>>>>>

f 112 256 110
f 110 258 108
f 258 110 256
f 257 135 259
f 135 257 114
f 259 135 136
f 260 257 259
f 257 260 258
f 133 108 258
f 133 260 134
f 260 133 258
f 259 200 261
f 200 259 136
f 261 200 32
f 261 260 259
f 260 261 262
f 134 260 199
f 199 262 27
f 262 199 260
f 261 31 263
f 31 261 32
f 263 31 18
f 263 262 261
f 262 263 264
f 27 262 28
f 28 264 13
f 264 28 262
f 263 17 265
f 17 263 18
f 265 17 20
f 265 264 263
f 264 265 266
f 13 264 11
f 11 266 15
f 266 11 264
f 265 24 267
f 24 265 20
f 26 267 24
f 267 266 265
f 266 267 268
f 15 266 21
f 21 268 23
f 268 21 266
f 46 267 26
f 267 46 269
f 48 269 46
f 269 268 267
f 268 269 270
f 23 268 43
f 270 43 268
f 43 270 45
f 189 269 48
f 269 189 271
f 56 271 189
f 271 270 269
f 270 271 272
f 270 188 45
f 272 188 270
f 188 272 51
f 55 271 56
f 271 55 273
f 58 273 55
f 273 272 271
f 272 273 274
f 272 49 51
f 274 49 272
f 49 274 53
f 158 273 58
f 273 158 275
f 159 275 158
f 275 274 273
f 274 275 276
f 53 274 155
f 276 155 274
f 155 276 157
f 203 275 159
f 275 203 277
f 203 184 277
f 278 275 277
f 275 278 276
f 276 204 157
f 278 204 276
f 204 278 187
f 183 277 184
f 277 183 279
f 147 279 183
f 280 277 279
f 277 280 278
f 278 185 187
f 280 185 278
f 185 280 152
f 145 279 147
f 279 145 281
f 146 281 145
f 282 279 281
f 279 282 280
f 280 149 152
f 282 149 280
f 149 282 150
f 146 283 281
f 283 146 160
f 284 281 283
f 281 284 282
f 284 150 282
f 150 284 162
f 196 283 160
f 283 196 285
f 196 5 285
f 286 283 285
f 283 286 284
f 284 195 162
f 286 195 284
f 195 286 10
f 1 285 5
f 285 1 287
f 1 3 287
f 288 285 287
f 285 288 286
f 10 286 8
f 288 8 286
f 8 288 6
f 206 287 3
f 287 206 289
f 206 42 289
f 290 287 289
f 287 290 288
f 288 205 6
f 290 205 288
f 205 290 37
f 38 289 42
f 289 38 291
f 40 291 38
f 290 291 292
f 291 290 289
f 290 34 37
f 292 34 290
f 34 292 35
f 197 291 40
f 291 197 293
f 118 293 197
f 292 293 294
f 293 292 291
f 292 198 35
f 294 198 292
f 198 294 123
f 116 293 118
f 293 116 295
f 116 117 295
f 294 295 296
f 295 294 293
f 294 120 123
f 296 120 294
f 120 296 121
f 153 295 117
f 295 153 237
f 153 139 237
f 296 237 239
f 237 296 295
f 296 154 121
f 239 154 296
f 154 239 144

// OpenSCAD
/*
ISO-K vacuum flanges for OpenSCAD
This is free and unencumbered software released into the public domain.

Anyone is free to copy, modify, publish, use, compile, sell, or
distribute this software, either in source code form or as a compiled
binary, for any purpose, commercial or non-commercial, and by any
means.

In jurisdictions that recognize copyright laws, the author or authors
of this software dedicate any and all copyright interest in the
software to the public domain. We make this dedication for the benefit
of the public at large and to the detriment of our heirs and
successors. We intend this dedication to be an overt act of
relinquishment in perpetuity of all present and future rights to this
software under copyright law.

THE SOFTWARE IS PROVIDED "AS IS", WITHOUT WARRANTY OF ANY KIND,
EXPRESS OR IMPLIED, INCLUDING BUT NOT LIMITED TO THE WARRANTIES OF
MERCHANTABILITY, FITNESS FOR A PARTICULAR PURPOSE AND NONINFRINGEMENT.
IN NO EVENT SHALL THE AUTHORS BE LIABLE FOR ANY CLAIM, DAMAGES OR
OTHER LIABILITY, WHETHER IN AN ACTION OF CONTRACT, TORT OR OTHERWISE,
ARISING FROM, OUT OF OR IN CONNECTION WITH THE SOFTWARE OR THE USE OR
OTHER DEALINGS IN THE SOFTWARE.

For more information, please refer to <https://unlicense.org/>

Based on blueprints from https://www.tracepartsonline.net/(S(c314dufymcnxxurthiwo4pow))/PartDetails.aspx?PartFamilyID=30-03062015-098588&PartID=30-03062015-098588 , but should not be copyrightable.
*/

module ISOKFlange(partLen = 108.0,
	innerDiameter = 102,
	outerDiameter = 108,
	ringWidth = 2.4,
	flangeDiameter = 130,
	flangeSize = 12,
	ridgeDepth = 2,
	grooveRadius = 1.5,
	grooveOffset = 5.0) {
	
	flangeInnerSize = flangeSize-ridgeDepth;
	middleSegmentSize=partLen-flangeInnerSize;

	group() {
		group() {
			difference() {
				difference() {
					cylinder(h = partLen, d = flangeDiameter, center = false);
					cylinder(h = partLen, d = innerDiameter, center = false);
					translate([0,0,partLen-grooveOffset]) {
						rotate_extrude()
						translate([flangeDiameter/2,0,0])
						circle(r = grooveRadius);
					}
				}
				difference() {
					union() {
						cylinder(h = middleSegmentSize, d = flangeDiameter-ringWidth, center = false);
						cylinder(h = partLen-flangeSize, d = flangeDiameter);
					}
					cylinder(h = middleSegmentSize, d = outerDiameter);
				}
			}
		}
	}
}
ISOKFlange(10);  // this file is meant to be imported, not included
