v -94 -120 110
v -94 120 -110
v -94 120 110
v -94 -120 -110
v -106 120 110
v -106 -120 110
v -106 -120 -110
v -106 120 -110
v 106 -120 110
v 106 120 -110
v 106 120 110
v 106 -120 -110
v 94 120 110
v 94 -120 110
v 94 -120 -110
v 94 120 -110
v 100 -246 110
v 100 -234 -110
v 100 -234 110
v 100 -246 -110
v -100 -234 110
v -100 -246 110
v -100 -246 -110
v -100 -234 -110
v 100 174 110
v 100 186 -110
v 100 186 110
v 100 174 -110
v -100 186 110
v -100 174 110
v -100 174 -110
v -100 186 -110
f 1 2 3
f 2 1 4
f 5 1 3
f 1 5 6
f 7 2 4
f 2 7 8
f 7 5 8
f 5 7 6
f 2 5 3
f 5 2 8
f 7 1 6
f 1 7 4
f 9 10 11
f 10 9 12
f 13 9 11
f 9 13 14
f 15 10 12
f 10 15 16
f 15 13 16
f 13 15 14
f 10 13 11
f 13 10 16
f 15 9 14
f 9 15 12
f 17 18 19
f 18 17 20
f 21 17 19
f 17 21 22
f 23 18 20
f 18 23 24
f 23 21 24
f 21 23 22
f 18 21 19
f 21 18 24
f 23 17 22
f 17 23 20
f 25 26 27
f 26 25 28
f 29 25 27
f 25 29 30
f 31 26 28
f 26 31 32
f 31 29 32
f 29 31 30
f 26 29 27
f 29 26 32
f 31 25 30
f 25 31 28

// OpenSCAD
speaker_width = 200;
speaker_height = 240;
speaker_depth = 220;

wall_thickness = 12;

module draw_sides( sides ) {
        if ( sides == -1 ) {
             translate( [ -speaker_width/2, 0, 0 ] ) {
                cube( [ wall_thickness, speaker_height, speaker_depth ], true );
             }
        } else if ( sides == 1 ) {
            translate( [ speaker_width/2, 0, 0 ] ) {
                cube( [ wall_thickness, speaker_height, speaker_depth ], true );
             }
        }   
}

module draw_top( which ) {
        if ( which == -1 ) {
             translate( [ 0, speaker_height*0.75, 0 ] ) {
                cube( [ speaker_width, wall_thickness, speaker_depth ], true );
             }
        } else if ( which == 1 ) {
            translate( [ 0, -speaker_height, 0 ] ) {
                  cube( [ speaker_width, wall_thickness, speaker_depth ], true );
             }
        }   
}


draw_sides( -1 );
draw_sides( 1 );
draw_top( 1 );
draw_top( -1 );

<<<<<
>>>>>

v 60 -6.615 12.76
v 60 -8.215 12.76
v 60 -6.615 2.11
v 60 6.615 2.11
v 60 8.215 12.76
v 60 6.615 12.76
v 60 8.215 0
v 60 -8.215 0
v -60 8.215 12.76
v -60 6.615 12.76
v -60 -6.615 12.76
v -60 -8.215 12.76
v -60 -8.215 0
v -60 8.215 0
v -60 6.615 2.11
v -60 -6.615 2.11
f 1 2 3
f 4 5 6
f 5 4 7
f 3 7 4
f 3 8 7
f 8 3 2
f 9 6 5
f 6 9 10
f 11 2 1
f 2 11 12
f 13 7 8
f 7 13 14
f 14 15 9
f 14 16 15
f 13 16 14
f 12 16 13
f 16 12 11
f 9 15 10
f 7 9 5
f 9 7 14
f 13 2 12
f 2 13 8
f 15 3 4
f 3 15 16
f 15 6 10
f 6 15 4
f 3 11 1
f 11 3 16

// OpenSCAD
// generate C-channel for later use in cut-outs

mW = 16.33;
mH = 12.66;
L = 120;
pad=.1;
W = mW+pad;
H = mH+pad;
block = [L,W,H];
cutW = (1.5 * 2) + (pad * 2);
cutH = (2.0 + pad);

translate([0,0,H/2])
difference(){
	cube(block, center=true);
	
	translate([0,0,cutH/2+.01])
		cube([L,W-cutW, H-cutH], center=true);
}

<<<<<

What to work on: Give an exact copy of the lines above from the line with "f 112 256 110" up to and including the line with "f 262 263 264", and leave everything else out.

Written response:
f 112 256 110
f 110 258 108
f 258 110 256
f 257 135 259
f 135 257 114
f 259 135 136
f 260 257 259
f 257 260 258
f 133 108 258
f 133 260 134
f 260 133 258
f 259 200 261
f 200 259 136
f 261 200 32
f 261 260 259
f 260 261 262
f 134 260 199
f 199 262 27
f 262 199 260
f 261 31 263
f 31 261 32
f 263 31 18
f 263 262 261
f 262 263 264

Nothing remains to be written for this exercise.